*** Opening of Source data ***

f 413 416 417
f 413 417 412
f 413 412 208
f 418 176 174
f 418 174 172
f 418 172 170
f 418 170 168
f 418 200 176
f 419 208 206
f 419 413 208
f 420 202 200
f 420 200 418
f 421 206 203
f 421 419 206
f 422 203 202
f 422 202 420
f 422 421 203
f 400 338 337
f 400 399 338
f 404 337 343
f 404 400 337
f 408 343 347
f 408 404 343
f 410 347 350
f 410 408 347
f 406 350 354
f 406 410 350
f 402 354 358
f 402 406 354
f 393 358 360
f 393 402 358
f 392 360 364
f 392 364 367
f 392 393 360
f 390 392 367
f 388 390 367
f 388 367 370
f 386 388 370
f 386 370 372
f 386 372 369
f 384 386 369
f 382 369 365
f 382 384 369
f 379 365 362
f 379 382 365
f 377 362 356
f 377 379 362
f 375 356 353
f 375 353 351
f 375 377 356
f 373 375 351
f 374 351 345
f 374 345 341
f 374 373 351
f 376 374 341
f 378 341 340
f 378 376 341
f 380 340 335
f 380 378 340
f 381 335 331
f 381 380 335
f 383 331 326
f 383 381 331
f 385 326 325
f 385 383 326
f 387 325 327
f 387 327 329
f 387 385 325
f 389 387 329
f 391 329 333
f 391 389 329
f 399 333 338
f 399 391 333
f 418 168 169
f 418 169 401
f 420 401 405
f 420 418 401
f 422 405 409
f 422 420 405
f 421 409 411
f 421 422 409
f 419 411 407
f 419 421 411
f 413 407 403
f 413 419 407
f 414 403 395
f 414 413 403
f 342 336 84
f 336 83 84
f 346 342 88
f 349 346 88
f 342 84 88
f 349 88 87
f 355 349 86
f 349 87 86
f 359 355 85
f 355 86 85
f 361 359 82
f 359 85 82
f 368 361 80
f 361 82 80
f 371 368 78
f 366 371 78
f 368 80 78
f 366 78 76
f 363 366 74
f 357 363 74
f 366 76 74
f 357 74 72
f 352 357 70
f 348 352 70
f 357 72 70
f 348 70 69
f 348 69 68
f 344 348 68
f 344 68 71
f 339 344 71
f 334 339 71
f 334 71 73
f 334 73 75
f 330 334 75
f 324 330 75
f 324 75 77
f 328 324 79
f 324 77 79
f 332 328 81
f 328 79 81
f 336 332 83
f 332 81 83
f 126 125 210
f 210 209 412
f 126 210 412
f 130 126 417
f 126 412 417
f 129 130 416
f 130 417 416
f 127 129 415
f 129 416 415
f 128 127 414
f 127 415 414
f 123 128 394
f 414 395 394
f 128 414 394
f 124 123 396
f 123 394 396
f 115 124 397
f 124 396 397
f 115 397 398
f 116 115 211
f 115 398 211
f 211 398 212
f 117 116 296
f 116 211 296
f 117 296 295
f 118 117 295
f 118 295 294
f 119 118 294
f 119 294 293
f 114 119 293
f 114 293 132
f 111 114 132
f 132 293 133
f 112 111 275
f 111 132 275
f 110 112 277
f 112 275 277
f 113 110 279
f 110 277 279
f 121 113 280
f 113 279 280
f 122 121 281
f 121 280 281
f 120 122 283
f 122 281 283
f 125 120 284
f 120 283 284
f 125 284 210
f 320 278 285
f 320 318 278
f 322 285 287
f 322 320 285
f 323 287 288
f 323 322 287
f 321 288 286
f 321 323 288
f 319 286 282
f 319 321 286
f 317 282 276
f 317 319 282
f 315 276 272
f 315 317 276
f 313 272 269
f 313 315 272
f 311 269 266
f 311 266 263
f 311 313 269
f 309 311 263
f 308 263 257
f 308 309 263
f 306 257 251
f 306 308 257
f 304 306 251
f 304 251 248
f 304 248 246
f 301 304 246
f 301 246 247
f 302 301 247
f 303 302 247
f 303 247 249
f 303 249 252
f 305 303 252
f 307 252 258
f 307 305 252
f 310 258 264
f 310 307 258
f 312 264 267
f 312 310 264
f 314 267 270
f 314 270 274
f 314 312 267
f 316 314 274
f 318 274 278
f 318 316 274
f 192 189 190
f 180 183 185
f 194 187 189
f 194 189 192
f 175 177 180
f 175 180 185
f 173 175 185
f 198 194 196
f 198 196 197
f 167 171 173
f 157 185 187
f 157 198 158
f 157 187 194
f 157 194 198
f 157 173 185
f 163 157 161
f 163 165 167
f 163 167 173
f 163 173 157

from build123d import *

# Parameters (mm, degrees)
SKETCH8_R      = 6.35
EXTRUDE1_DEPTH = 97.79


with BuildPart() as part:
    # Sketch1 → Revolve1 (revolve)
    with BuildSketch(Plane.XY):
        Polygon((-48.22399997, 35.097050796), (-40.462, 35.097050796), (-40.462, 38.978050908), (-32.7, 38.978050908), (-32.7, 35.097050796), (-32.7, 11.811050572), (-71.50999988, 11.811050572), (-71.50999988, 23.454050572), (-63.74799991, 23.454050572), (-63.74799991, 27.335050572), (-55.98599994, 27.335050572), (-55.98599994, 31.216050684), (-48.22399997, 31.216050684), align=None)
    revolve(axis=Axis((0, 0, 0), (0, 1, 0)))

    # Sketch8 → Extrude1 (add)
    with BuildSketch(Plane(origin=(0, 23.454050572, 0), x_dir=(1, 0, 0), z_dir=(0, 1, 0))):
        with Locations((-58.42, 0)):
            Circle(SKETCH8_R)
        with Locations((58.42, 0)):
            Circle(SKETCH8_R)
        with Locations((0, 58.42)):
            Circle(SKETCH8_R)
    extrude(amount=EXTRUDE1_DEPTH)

*** Close of Source data ***

Exercise goal:
Give back the lines above exactly, from the one with "f 304 251 248" through the last line.

Result for this exercise:
f 304 251 248
f 304 248 246
f 301 304 246
f 301 246 247
f 302 301 247
f 303 302 247
f 303 247 249
f 303 249 252
f 305 303 252
f 307 252 258
f 307 305 252
f 310 258 264
f 310 307 258
f 312 264 267
f 312 310 264
f 314 267 270
f 314 270 274
f 314 312 267
f 316 314 274
f 318 274 278
f 318 316 274
f 192 189 190
f 180 183 185
f 194 187 189
f 194 189 192
f 175 177 180
f 175 180 185
f 173 175 185
f 198 194 196
f 198 196 197
f 167 171 173
f 157 185 187
f 157 198 158
f 157 187 194
f 157 194 198
f 157 173 185
f 163 157 161
f 163 165 167
f 163 167 173
f 163 173 157

from build123d import *

# Parameters (mm, degrees)
SKETCH8_R      = 6.35
EXTRUDE1_DEPTH = 97.79


with BuildPart() as part:
    # Sketch1 → Revolve1 (revolve)
    with BuildSketch(Plane.XY):
        Polygon((-48.22399997, 35.097050796), (-40.462, 35.097050796), (-40.462, 38.978050908), (-32.7, 38.978050908), (-32.7, 35.097050796), (-32.7, 11.811050572), (-71.50999988, 11.811050572), (-71.50999988, 23.454050572), (-63.74799991, 23.454050572), (-63.74799991, 27.335050572), (-55.98599994, 27.335050572), (-55.98599994, 31.216050684), (-48.22399997, 31.216050684), align=None)
    revolve(axis=Axis((0, 0, 0), (0, 1, 0)))

    # Sketch8 → Extrude1 (add)
    with BuildSketch(Plane(origin=(0, 23.454050572, 0), x_dir=(1, 0, 0), z_dir=(0, 1, 0))):
        with Locations((-58.42, 0)):
            Circle(SKETCH8_R)
        with Locations((58.42, 0)):
            Circle(SKETCH8_R)
        with Locations((0, 58.42)):
            Circle(SKETCH8_R)
    extrude(amount=EXTRUDE1_DEPTH)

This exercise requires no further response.